Cannabis banking is the onion of the financial services world: Slice into it and you’ll find new, increasingly complex layers throughout.
Marijuana’s illegality on the federal level makes serving marijuana-related businesses (MRBs) a delicate prospect, even in the more than 30 states where it’s legal in some form.
Lending directly to MRBs is especially fraught with peril. Doing so could lead to the federal seizure of business assets and even incarceration. But there’s no denying the business potential.
“I’ve yet to see someone do a direct loan to a cannabis-related business,” says James Collins, president/CEO at $445 million asset O Bee Credit Union in Lacey, Wash. “We’ll be among the first once we get over that ‘you’re going to prison’ thing.”
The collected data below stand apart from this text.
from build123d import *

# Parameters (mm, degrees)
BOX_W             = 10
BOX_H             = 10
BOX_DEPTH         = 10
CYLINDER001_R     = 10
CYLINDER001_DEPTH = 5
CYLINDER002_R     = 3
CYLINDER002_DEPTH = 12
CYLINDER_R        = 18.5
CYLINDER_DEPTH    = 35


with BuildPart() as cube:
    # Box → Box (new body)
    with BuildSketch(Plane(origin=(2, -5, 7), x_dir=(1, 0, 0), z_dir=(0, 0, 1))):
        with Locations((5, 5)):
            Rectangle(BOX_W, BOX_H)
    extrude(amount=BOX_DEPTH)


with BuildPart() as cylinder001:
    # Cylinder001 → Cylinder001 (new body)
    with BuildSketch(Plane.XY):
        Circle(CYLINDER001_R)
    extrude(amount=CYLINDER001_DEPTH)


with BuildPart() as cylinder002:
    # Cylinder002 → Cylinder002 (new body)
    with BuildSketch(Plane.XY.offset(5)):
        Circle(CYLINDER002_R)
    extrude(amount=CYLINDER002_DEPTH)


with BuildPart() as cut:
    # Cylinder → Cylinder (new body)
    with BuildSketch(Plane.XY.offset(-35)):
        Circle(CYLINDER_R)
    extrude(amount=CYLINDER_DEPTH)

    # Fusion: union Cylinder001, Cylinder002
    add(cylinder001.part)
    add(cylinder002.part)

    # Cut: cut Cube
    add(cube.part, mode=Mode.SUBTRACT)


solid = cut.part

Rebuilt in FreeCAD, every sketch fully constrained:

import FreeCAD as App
import Part
import Sketcher
Q = App.Units.Quantity


def add_polygon(sketch, points):
    """Adds a closed chain of lines whose ends are joined by coincident constraints."""
    first, n = sketch.GeometryCount, len(points)
    for a, b in zip(points, points[1:] + points[:1]):
        sketch.addGeometry(Part.LineSegment(App.Vector(*a, 0), App.Vector(*b, 0)), False)
    for i in range(n):
        sketch.addConstraint(Sketcher.Constraint("Coincident", first + i, 2, first + (i + 1) % n, 1))

doc = App.newDocument("Part")
body = doc.addObject("PartDesign::Body", "Body")

sketch1 = body.newObject("Sketcher::SketchObject", "Sketch")
sketch1.AttachmentSupport = (doc.getObject("XY_Plane"), [""])
sketch1.MapMode = "FlatFace"
sketch1.AttachmentOffset = App.Placement(App.Vector(0, 0, 7), App.Rotation())
add_polygon(sketch1, [(2, 5), (2, -5), (12, -5), (12, 5)])
sketch1.addConstraint([
    Sketcher.Constraint("Vertical", 0),
    Sketcher.Constraint("Horizontal", 1),
    Sketcher.Constraint("Vertical", 2),
    Sketcher.Constraint("Horizontal", 3),
    Sketcher.Constraint("Equal", 3, 0),
    Sketcher.Constraint("DistanceX", 1, 1, 1, 2, Q("10 mm")),
    Sketcher.Constraint("DistanceX", -1, 1, 0, 2, Q("2 mm")),
    Sketcher.Constraint("DistanceY", 0, 2, -1, 1, Q("5 mm")),
])
pad1 = body.newObject("PartDesign::Pad", "Pad")
pad1.Profile = sketch1
pad1.Length = 10
body2 = doc.addObject("PartDesign::Body", "Body001")

sketch2 = body2.newObject("Sketcher::SketchObject", "Sketch001")
sketch2.AttachmentSupport = (doc.getObject("XY_Plane001"), [""])
sketch2.MapMode = "FlatFace"
sketch2.addGeometry(Part.Circle(App.Vector(0, 0, 0), App.Vector(0, 0, 1), 10), False)
sketch2.addConstraint([
    Sketcher.Constraint("Coincident", 0, 3, -1, 1),
    Sketcher.Constraint("Diameter", 0, Q("20 mm")),
])
pad2 = body2.newObject("PartDesign::Pad", "Pad001")
pad2.Profile = sketch2
pad2.Length = 5
body3 = doc.addObject("PartDesign::Body", "Body002")

sketch3 = body3.newObject("Sketcher::SketchObject", "Sketch002")
sketch3.AttachmentSupport = (doc.getObject("XY_Plane002"), [""])
sketch3.MapMode = "FlatFace"
sketch3.AttachmentOffset = App.Placement(App.Vector(0, 0, 5), App.Rotation())
sketch3.addGeometry(Part.Circle(App.Vector(0, 0, 0), App.Vector(0, 0, 1), 3), False)
sketch3.addConstraint([
    Sketcher.Constraint("Coincident", 0, 3, -1, 1),
    Sketcher.Constraint("Diameter", 0, Q("6 mm")),
])
pad3 = body3.newObject("PartDesign::Pad", "Pad002")
pad3.Profile = sketch3
pad3.Length = 12
body4 = doc.addObject("PartDesign::Body", "Body003")

sketch4 = body4.newObject("Sketcher::SketchObject", "Sketch003")
sketch4.AttachmentSupport = (doc.getObject("XY_Plane003"), [""])
sketch4.MapMode = "FlatFace"
sketch4.AttachmentOffset = App.Placement(App.Vector(0, 0, -35), App.Rotation())
sketch4.addGeometry(Part.Circle(App.Vector(0, 0, 0), App.Vector(0, 0, 1), 18), False)
sketch4.addConstraint([
    Sketcher.Constraint("Coincident", 0, 3, -1, 1),
    Sketcher.Constraint("Diameter", 0, Q("37 mm")),
])
pad4 = body4.newObject("PartDesign::Pad", "Pad003")
pad4.Profile = sketch4
pad4.Length = 35
doc.recompute()

boolean = body4.newObject("PartDesign::Boolean", "Boolean")
boolean.Type = "Fuse"
boolean.addObjects([body2])
doc.recompute()

boolean2 = body4.newObject("PartDesign::Boolean", "Boolean001")
boolean2.Type = "Fuse"
boolean2.addObjects([body3])
doc.recompute()

boolean3 = body4.newObject("PartDesign::Boolean", "Boolean002")
boolean3.Type = "Cut"
boolean3.addObjects([body])

doc.recompute()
While O Bee and other credit unions lend to MRB employees and related entities such as landlords, and earn fee income from servicing MRB accounts, revenue isn’t the sole motivator. The safety issues involved with carrying and storing obscene amounts of cash—hundreds of thousands of dollars at times—are undeniable.
Collins has witnessed this hazard. Soon after O Bee began serving MRBs, he overheard gunshots down the street from his house.
“It was a gunfight in the middle of the neighborhood; a home invasion at an illegal marijuana grow operation,” he recalls. “They didn’t want the product. They wanted the cash. I thought, ‘If we can get the cash out of the legal businesses they’re much less likely to get robbed.’”
That’s a clear justification to pass the SAFE Banking Act, which would prohibit federal regulators from penalizing depository institutions for serving legitimate MRBs.
Another layer to the MRB onion: Simply declining to serve MRBs isn’t enough, says attorney Bruce Pearson.
“If you’re going to be a ‘no’ shop, you need to have operational procedures to back that up,” he says. “Are you actively looking for MRBs that are disguised as car washes and dry cleaners?”
If not, you may be subject to federal prosecution.